Grillini, Crocetta, il video notturno. E ora scendono in strada anche le “mamme no Muos”

Si riapre lo scontro sul sistema satellitare Usa in Sicilia con auto usate come barriere per impedire ai soldati l’accesso alla base. Finirà come con la Tav?

Uomini misteriosi che nel cuore della notte escono da una botola, che si schiude in mezzo al terreno, e iniziano a maneggiare con cavi elettrici intorno all’immensa antenna parabolica: sembra di essere in una scena del telefilm cult Lost, invece siamo nel bel mezzo della Sicilia e dell’affaire che rischia di ingenerare altro caos: il caso Muos, dal nome del sistema satellitare di nuova generazione che gli Stati Uniti vorrebbero realizzare nella riserva della Sugareta a Niscemi, ma contro cui si oppone il governatore Rosario Crocetta. E il popolo dei no-muos, molto vicino anche ai grillini siciliani.

I FATTI. Nelle puntate precedenti si è vista un’aspra contrapposizione tra Usa e Sicilia. Prima le manifestazioni, con i blocchi delle strade di comunicazione verso la base americana, per impedire i lavori culminate anche in scontri violenti tra le forze dell’ordine e le “mamme no Muos”, il 10 gennaio scorso. C’è stato l’intervento di Crocetta, che ha sospeso la concessione per i lavori agli americani, chiedendo un’immediata perizia medica sugli effetti delle radiazioni sulle popolazioni e poi, pur di fronte alla disponibilità degli statunitensi, ha definitivamente revocato la concessione.
In mezzo ci sono state le chiusure e le aperture dell’ambasciata americana e dei vertici militari di Sigonella (lo scorso 26 marzo, è stata organizzata una visita alla base per il vicepresidente dell’Assemblea regionale siciliana, Francesco Venturino, accompagnato dal console americano Donald Moore, per visionare alcuni documenti relativi al Muos), l’imbarazzo assoluto dei nostri ministeri dell’Interno e degli Esteri, che però di fatto non hanno preso alcuna posizione pubblica. C’è stata anche una manifestazione nazionale, sempre appoggiata dall’M5s, che ha coinvolto diecimila persone. E poi il 29 marzo la vicenda è parsa chiudersi definitivamente con la revoca ai lavori.

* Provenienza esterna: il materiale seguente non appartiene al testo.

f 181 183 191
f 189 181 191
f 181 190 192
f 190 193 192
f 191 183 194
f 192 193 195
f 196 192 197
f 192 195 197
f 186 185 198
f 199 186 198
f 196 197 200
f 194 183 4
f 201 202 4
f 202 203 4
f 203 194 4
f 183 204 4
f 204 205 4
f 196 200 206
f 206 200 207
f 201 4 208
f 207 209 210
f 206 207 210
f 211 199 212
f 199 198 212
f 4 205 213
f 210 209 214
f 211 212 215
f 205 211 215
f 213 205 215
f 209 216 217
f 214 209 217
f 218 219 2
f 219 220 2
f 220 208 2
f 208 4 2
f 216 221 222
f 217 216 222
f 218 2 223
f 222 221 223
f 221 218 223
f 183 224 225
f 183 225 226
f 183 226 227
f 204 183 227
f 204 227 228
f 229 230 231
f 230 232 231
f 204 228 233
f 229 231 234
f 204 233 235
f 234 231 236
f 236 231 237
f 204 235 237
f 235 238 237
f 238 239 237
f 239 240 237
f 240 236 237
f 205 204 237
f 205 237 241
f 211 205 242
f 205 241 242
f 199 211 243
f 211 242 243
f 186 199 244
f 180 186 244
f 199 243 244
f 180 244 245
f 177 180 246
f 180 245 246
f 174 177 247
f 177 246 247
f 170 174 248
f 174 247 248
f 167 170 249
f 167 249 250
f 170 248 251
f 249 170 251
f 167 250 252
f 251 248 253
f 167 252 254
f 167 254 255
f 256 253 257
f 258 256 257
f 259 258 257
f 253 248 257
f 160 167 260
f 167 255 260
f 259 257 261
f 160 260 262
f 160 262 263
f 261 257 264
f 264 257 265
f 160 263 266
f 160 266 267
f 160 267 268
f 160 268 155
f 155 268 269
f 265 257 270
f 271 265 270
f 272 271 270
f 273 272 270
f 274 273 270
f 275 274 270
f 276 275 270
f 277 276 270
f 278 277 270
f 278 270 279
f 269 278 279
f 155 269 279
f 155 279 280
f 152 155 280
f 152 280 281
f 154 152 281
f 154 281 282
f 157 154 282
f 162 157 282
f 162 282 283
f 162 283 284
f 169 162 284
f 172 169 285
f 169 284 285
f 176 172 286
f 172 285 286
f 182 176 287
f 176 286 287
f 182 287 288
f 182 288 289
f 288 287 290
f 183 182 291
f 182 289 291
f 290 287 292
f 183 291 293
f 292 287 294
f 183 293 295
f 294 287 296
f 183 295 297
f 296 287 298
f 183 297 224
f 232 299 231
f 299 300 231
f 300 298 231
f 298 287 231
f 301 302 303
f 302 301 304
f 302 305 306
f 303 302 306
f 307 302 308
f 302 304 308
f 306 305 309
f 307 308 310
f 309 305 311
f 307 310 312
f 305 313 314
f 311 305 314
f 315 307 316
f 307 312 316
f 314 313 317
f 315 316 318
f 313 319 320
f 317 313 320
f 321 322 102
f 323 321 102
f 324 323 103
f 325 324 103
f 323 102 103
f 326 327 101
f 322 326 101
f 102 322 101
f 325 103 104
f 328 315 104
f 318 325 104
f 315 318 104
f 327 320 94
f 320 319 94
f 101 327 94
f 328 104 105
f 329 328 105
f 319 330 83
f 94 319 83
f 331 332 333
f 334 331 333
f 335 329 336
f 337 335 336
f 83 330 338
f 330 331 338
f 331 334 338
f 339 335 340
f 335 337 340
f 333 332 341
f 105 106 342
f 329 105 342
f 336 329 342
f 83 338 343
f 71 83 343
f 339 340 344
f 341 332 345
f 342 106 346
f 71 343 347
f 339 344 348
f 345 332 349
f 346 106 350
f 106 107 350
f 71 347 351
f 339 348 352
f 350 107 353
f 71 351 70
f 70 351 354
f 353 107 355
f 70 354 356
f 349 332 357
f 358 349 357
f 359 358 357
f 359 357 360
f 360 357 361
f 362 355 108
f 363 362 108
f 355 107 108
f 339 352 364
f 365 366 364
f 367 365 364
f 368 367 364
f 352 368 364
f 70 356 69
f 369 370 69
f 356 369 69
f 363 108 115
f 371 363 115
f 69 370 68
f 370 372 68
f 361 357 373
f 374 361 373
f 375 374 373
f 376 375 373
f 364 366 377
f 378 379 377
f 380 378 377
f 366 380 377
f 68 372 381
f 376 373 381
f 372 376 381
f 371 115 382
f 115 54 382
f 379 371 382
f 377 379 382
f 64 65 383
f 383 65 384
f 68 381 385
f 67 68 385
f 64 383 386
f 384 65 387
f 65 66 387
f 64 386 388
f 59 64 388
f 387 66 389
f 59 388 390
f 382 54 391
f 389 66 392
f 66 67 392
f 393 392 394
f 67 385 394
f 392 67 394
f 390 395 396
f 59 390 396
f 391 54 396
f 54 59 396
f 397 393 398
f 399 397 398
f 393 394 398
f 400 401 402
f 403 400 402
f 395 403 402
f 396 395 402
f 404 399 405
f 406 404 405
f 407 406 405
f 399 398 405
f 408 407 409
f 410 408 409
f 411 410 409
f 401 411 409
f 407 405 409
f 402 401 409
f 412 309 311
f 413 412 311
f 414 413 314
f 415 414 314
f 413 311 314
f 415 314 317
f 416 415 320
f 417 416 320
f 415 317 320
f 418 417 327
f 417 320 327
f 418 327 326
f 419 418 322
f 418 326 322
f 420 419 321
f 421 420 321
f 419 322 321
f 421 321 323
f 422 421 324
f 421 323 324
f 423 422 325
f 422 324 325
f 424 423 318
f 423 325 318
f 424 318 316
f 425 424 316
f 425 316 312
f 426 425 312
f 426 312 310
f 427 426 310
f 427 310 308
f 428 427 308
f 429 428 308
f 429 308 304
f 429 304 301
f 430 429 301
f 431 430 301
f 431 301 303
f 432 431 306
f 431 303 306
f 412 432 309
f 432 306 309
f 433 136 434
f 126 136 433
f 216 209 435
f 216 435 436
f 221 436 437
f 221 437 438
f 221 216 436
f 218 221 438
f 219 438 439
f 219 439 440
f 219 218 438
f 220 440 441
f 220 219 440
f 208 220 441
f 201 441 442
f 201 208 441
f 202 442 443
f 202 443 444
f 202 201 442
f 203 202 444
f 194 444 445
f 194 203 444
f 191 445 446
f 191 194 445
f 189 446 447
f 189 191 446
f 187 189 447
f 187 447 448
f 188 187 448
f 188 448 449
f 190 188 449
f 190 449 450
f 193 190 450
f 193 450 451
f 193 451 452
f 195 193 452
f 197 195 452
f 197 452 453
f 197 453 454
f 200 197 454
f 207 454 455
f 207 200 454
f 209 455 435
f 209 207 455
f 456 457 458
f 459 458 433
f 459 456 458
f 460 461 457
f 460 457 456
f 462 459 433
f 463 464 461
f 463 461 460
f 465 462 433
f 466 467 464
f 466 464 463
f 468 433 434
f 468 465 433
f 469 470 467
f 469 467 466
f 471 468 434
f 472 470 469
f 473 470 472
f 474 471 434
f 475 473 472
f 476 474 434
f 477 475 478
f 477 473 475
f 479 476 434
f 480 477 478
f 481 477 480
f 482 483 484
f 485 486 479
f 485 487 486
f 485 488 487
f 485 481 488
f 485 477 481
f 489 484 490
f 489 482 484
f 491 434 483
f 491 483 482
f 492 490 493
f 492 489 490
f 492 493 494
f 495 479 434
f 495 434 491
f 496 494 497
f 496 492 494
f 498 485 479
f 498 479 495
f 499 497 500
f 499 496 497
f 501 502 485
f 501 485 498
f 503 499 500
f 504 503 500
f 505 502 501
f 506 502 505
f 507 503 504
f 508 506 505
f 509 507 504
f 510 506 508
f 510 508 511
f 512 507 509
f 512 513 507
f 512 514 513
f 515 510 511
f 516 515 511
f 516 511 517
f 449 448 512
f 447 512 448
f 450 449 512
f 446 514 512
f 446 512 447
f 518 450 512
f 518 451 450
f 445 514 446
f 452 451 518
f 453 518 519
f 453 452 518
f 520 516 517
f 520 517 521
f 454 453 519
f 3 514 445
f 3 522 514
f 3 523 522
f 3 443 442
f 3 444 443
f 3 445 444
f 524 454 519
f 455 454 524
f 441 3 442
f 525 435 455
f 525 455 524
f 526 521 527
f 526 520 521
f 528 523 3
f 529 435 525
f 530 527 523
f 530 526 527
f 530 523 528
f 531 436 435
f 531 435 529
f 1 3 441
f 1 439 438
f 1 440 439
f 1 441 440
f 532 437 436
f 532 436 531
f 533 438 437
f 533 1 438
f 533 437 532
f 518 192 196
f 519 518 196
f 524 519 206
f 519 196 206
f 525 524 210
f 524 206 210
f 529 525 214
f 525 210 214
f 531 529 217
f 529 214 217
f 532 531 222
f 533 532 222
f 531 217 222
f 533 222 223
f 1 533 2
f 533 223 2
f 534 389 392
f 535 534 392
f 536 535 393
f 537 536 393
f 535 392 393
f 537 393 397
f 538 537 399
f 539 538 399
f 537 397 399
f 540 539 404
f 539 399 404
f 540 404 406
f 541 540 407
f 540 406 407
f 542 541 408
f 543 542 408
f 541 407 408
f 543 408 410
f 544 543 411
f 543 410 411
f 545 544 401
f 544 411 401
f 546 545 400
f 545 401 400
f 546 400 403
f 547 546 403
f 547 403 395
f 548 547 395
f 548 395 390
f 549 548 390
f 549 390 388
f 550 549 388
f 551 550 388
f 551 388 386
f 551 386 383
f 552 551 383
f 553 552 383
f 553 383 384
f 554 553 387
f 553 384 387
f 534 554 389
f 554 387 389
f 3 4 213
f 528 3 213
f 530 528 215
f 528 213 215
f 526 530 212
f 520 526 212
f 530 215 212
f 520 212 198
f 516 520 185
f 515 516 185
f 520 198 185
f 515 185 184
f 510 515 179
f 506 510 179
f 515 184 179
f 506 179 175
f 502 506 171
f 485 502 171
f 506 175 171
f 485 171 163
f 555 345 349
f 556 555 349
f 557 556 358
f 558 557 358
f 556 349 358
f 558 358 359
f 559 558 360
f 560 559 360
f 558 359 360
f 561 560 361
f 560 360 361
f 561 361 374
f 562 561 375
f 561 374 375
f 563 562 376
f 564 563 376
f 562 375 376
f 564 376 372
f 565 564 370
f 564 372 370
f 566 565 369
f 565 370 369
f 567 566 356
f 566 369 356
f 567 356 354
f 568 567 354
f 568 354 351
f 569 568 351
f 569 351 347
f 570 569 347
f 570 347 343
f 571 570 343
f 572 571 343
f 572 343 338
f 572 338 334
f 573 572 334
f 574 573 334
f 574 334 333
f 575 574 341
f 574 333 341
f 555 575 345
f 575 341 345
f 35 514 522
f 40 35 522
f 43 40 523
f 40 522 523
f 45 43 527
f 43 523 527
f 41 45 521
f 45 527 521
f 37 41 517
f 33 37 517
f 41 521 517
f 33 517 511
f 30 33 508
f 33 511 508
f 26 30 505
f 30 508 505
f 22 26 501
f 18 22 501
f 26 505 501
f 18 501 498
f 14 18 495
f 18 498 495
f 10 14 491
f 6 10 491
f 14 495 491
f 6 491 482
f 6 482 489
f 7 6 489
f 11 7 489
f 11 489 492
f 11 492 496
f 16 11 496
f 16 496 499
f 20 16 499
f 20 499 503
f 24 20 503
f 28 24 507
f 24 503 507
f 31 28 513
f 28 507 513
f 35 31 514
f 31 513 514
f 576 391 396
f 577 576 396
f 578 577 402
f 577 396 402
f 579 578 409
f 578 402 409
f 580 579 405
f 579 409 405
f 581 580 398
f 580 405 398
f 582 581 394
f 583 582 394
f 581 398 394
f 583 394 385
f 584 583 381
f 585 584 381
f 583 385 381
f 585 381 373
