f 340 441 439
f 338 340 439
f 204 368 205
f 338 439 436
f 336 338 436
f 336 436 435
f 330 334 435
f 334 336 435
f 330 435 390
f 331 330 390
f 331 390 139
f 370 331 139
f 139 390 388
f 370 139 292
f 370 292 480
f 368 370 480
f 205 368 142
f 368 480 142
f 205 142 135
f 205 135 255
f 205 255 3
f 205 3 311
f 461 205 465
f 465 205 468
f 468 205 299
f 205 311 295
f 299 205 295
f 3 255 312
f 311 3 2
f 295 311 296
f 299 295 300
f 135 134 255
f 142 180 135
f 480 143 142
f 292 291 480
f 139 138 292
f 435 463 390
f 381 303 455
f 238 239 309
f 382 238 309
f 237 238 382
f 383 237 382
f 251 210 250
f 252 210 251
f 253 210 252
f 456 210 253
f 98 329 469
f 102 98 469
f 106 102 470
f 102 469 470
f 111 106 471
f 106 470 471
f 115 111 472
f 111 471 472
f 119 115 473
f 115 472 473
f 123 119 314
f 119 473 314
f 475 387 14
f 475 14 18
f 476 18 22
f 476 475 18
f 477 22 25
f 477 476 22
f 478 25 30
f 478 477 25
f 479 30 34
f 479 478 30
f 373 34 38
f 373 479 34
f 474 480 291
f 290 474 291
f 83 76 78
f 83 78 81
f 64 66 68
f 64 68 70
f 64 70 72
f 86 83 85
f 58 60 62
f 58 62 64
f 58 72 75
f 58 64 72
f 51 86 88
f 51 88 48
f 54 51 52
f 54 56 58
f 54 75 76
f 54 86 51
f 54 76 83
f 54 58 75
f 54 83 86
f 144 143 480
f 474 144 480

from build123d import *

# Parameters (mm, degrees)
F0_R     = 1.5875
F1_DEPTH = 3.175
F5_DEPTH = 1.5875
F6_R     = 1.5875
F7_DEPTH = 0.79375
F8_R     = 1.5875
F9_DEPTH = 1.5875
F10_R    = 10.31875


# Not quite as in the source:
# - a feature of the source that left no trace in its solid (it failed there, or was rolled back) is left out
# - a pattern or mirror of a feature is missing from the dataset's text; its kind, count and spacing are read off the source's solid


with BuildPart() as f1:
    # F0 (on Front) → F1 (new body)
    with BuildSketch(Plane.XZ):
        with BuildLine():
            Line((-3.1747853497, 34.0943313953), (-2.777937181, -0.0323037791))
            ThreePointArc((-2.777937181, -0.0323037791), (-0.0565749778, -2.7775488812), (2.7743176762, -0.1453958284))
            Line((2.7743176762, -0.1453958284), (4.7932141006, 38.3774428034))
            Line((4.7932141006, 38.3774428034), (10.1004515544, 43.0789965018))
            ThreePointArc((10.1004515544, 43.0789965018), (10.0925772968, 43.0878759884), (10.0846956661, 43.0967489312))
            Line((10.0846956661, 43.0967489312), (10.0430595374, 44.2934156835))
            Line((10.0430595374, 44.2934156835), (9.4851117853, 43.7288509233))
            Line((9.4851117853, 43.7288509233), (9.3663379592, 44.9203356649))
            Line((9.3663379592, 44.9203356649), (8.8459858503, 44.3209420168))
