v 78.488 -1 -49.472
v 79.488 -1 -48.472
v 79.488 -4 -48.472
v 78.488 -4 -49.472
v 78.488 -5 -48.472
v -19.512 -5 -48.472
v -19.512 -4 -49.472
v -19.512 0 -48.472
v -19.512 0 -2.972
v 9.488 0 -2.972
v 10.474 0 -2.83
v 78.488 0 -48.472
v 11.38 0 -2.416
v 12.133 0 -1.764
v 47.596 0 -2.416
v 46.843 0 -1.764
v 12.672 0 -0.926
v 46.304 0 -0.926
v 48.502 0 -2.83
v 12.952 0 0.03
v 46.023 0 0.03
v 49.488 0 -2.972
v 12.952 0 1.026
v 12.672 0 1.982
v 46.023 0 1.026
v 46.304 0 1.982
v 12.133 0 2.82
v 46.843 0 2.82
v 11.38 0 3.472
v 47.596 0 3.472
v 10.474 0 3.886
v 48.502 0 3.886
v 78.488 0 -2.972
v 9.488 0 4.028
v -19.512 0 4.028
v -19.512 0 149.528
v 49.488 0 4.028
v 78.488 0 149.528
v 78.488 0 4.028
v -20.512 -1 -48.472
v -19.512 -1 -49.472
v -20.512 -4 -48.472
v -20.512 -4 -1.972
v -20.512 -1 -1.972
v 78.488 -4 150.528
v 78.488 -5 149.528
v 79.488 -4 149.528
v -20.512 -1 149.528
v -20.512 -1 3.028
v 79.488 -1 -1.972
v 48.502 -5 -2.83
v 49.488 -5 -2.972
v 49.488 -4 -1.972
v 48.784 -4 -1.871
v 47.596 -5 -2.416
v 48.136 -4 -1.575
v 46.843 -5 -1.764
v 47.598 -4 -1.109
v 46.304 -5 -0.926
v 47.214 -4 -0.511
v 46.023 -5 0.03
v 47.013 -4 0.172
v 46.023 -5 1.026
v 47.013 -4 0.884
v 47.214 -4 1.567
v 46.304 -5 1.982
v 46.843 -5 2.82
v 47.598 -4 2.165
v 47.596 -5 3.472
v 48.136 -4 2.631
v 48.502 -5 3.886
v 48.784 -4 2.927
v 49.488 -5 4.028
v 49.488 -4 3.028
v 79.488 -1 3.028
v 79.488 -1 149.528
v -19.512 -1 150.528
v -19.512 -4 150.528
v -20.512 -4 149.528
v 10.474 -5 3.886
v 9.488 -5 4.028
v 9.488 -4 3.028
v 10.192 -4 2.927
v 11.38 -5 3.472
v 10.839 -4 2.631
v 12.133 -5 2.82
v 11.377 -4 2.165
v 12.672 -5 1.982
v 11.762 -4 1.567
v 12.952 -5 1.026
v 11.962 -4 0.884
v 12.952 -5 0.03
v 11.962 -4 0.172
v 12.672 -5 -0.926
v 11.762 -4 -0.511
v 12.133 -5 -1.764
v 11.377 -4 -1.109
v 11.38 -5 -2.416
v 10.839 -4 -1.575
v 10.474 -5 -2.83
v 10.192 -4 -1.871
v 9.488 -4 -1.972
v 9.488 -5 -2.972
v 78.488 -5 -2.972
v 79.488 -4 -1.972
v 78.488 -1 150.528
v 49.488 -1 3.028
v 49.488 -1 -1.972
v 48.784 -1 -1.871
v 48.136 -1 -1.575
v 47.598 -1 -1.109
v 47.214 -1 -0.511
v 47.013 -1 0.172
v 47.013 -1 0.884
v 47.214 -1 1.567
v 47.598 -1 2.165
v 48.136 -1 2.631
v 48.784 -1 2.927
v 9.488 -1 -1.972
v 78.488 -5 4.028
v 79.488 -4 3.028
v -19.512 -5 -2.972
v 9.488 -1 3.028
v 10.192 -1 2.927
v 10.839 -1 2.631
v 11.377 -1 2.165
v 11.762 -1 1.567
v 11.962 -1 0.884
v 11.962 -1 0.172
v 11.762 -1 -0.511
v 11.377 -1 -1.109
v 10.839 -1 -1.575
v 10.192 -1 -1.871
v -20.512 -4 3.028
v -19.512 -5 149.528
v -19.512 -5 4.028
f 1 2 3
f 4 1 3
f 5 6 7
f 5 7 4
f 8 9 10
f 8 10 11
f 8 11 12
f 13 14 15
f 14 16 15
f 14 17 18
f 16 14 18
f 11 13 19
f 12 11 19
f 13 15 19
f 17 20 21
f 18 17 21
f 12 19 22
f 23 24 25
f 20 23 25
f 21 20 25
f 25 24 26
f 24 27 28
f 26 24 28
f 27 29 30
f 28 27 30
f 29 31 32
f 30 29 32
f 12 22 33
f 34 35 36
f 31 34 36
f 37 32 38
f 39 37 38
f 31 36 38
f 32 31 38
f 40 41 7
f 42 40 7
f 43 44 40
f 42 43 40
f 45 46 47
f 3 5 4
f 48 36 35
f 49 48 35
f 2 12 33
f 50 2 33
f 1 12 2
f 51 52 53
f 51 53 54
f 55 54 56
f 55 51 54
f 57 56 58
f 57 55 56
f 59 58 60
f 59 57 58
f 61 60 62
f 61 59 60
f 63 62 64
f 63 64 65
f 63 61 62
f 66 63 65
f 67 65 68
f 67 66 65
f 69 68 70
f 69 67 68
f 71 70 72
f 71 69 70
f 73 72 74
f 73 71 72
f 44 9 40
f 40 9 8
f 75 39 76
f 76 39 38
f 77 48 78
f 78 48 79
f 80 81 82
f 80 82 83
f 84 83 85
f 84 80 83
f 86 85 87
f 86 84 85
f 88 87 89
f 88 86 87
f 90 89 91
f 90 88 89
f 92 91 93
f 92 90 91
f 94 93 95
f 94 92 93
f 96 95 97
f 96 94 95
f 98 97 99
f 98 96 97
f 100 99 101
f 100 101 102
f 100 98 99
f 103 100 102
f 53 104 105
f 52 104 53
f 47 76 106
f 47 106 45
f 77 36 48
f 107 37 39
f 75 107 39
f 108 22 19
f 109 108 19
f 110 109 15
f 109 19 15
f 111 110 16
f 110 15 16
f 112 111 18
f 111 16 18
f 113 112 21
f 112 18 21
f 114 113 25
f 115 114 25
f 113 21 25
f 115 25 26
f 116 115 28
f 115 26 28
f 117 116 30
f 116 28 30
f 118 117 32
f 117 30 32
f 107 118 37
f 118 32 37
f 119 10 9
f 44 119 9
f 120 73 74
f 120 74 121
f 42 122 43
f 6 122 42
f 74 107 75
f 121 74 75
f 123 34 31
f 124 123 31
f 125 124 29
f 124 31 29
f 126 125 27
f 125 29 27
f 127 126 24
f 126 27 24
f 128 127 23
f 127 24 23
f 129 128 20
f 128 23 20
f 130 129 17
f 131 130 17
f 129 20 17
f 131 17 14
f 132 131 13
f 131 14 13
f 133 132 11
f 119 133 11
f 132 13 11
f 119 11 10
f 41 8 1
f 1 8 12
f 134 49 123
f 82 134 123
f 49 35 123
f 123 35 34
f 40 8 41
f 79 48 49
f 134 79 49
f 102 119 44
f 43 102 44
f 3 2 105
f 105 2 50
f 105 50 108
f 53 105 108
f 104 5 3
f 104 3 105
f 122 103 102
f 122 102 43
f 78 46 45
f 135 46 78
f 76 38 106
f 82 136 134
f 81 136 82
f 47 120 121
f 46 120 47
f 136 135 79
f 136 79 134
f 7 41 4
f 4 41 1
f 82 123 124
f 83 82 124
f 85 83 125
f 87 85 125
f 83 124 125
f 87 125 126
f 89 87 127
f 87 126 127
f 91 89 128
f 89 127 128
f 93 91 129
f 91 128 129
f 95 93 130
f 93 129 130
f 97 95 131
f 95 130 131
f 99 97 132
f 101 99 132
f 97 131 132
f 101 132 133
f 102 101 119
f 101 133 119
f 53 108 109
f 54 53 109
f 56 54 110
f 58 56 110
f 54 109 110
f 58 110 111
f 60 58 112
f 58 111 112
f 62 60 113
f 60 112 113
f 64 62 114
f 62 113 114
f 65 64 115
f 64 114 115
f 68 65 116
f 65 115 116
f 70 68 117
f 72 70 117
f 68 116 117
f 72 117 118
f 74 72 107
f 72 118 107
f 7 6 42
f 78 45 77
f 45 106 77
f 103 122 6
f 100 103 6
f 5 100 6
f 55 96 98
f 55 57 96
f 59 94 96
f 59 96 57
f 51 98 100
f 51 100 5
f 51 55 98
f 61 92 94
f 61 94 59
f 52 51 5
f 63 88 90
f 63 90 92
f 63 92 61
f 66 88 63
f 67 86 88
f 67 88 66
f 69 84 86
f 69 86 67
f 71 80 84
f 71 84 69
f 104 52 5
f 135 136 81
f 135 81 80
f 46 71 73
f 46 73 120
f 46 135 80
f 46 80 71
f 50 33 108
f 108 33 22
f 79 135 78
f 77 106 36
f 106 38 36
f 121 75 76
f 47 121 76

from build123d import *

# Parameters (mm, degrees)
F1_DEPTH = 5
F2_SIZE  = 1


with BuildPart() as f1:
    # F0 (on Front) → F1 (new body)
    with BuildSketch(Plane.XZ):
        with BuildLine():
            Line((79.487856, 150.528029), (-20.512144, 150.528029))
            Line((-20.512144, 150.528029), (-20.512144, 3.028029))
            Line((-20.512144, 3.028029), (9.487856, 3.028029))
            ThreePointArc((9.487856, 3.028029), (11.987856, 0.528029), (9.487856, -1.971971))
            Line((9.487856, -1.971971), (-20.512144, -1.971971))
            Line((-20.512144, -1.971971), (-20.512144, -49.471971))
            Line((-20.512144, -49.471971), (79.487856, -49.471971))
            Line((79.487856, -49.471971), (79.487856, -1.971971))
            Line((79.487856, -1.971971), (49.487856, -1.971971))
            ThreePointArc((49.487856, -1.971971), (46.987856, 0.528029), (49.487856, 3.028029))
            Line((49.487856, 3.028029), (79.487856, 3.028029))
            Line((79.487856, 3.028029), (79.487856, 150.528029))
        make_face()
    extrude(amount=F1_DEPTH)

    # F2
    f2_edges = [f1.edges().sort_by_distance(p)[0] for p in [
        (29.487856, -5, 150.528029),
        (-20.512144, -5, 76.778029),
        (-5.512144, -5, 3.028029),
        (11.987856, -5, 0.528029),
        (-5.512144, -5, -1.971971),
        (-20.512144, -5, -25.721971),
        (29.487856, -5, -49.471971),
        (79.487856, -5, -25.721971),
        (64.487856, -5, -1.971971),
        (46.987856, -5, 0.528029),
        (64.487856, -5, 3.028029),
        (79.487856, -5, 76.778029),
        (29.487856, 0, 150.528029),
        (-20.512144, 0, 76.778029),
        (-5.512144, 0, 3.028029),
        (11.987856, 0, 0.528029),
        (-5.512144, 0, -1.971971),
        (-20.512144, 0, -25.721971),
        (29.487856, 0, -49.471971),
        (79.487856, 0, -25.721971),
        (64.487856, 0, -1.971971),
        (46.987856, 0, 0.528029),
        (64.487856, 0, 3.028029),
        (79.487856, 0, 76.778029),
        (-20.512144, -2.5, -49.471971),
        (79.487856, -2.5, -49.471971),
        (79.487856, -2.5, 150.528029),
        (-20.512144, -2.5, 150.528029),
    ]]
    chamfer(f2_edges, length=F2_SIZE)


solid = f1.part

CLIMA INCANDESCENTE. Ma il reporter-regista Manolo Luppichini ha realizzato un video di notte, in cui appunto si vedono delle sagome che entrano ed escono dalla botola sotto la grande antenna del Muos, e sembrano proprio continuare a realizzare collegamenti con i cavi elettrici. Contattato da La Sicilia, il consolato Usa di Napoli ha commentanto così il video: «Il governo degli Stati Uniti è impegnato a collaborare con le autorità italiane per rispondere alle preoccupazioni sulla salute espresse dalla popolazione locale, e siamo fiduciosi che gli studi attualmente in corso ad opera del governo italiano confermeranno a breve che il Muos è sicuro. Come descritto nell’accordo tra Governo italiano e la Regione siciliana il piano attuale prevede che l’installazione delle parabole non avvenga prima che siano disponibili i risultati di tale studio».
Le “mamme no Muos” ieri hanno protestato con il sindaco e il prefetto, che si sono fatti loro portavoci presso la Regione: oggi sono scese in strada, in prossimità della base nella Sugareta, per bloccare l’accesso ai soldati e a tutti i mezzi, civili e militari, usando le proprie auto come barricata: «Ci stanno prendendo in giro!».